Surface Versus Impurity-Doping Contributions in InAs Nanocrystal Field Effect Transistor Performance

The electrical functionality of an array of semiconductor nanocrystals (NCs) depends critically on the free carriers that may arise from impurity or surface doping. Herein, we used InAs NC thin films as a model system to address the relative contributions of these doping mechanisms by comparative analysis of as-synthesized and Cu-doped NC-based field effect transistor (FET) characteristics. By applying FET simulation methods used in conventional semiconductor FETs, we elucidate surface and impurity-doping contributions to the overall performance of InAs NC-based FETs.
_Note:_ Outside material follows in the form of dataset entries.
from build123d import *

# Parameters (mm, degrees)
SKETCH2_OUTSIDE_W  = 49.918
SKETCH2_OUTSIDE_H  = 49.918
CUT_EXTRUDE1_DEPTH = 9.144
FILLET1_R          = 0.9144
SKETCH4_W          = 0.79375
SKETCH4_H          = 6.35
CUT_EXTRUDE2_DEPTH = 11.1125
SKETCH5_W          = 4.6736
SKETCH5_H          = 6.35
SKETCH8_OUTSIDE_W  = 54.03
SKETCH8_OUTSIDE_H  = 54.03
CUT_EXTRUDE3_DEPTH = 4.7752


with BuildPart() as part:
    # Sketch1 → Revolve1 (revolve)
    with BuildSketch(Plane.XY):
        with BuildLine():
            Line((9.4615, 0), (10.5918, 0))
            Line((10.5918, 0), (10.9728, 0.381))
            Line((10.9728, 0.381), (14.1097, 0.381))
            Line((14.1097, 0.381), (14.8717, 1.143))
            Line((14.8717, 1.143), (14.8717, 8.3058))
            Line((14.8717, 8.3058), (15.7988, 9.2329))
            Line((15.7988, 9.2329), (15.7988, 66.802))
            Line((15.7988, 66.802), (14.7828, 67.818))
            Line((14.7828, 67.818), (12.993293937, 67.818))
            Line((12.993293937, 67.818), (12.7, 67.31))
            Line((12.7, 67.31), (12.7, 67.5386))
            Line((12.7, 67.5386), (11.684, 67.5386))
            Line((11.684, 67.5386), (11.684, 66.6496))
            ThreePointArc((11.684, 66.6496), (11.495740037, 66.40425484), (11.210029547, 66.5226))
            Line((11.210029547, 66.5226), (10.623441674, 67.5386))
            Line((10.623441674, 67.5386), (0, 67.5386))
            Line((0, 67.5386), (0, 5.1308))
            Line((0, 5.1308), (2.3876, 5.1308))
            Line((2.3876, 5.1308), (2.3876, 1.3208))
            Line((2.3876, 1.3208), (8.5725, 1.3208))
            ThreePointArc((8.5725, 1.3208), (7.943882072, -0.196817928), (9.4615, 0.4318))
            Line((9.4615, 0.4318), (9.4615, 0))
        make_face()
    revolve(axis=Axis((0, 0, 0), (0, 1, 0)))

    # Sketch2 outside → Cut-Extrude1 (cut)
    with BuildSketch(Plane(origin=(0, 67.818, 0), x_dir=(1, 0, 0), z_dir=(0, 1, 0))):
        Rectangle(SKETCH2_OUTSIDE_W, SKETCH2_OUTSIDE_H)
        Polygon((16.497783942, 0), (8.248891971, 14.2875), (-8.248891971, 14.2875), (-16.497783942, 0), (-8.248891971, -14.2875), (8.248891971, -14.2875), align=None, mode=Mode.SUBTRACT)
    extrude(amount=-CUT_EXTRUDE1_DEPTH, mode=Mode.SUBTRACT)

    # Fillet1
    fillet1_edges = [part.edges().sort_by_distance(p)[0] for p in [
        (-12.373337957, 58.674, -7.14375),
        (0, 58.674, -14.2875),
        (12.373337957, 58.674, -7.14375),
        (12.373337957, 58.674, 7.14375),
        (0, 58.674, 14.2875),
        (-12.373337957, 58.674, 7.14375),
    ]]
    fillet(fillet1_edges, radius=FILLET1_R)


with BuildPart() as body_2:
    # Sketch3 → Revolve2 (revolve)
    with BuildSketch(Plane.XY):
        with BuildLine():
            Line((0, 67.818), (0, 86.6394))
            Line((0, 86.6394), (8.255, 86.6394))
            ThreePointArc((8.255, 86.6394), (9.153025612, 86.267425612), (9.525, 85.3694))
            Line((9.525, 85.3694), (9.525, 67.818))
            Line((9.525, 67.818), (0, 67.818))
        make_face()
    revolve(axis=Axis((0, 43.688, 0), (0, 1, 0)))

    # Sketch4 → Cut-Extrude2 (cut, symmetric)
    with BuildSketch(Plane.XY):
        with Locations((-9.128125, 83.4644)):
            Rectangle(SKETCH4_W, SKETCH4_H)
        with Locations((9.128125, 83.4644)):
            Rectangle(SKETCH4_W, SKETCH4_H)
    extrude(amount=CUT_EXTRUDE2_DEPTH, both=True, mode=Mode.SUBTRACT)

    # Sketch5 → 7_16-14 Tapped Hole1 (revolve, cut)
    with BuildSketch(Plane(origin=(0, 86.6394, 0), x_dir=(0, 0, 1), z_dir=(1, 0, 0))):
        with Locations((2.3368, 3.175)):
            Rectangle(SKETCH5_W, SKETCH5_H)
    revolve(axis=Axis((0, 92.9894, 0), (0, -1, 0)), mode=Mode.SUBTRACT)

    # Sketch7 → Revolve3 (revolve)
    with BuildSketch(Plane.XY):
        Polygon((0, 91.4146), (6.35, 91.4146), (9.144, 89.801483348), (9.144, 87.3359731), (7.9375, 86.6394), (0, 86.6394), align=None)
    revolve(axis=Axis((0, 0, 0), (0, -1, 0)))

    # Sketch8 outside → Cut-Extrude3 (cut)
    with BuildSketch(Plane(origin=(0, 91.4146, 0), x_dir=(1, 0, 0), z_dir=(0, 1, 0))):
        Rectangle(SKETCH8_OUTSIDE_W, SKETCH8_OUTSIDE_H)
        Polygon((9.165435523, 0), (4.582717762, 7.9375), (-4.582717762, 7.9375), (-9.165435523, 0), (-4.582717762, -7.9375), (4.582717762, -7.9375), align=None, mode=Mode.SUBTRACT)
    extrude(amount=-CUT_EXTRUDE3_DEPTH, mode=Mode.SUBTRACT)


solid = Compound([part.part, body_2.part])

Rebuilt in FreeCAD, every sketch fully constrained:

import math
import FreeCAD as App
import Part
import Sketcher
from FreeCAD import Vector
Q = App.Units.Quantity


def edges_at(feature, points):
    """Names of the edges that pass closest to the given points."""
    edges = feature.Shape.Edges
    near = lambda p: min(range(len(edges)), key=lambda i: edges[i].distToShape(Part.Vertex(*p))[0])
    return sorted({f"Edge{near(p) + 1}" for p in points})

doc = App.newDocument("Part")
body = doc.addObject("PartDesign::Body", "Body")

# Sketch on XY plane
sketch1 = doc.addObject("Sketcher::SketchObject", "Sketch")
body.addObject(sketch1)
sketch1.AttachmentSupport = (doc.XY_Plane, [""])
sketch1.MapMode = "FlatFace"
sketch1.addGeometry([
    Part.LineSegment(Vector(9.46, 0, 0), Vector(10.59, 0, 0)),  # 0
    Part.LineSegment(Vector(10.59, 0, 0), Vector(10.97, 0.38, 0)),  # 1
    Part.LineSegment(Vector(10.97, 0.38, 0), Vector(14.11, 0.38, 0)),  # 2
    Part.LineSegment(Vector(14.11, 0.38, 0), Vector(14.87, 1.14, 0)),  # 3
    Part.LineSegment(Vector(14.87, 1.14, 0), Vector(14.87, 8.31, 0)),  # 4
    Part.LineSegment(Vector(14.87, 8.31, 0), Vector(15.8, 9.23, 0)),  # 5
    Part.LineSegment(Vector(15.8, 9.23, 0), Vector(15.8, 66.8, 0)),  # 6
    Part.LineSegment(Vector(15.8, 66.8, 0), Vector(14.78, 67.82, 0)),  # 7
    Part.LineSegment(Vector(14.78, 67.82, 0), Vector(12.99, 67.82, 0)),  # 8
    Part.LineSegment(Vector(12.99, 67.82, 0), Vector(12.7, 67.31, 0)),  # 9
    Part.LineSegment(Vector(12.7, 67.31, 0), Vector(12.7, 67.54, 0)),  # 10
As-synthesized InAs NC-based FETs show n-type characteristics assigned to the contribution of the surface electron accumulation layer that can be considered as an actual electron-donating doping level with specific doping density and is energetically located just below the conduction band. The Cu-doped InAs NC FETs show enhanced n-type conduction as expected from the Cu impurity location as an interstitial n-dopant in InAs NCs. The simulated curves reveal the additional contribution from electrons within an impurity sub-band close to the conduction band onset of the InAs NCs. The work therefore demonstrates the utility of the bulk FET simulation methodology also to NC-based FETs. It provides guidelines for control of doping of NC arrays separately from surface contributions and impurity doping in colloidal semiconductor NCs toward their future utilization as building blocks in bottom-up prepared optoelectronic devices.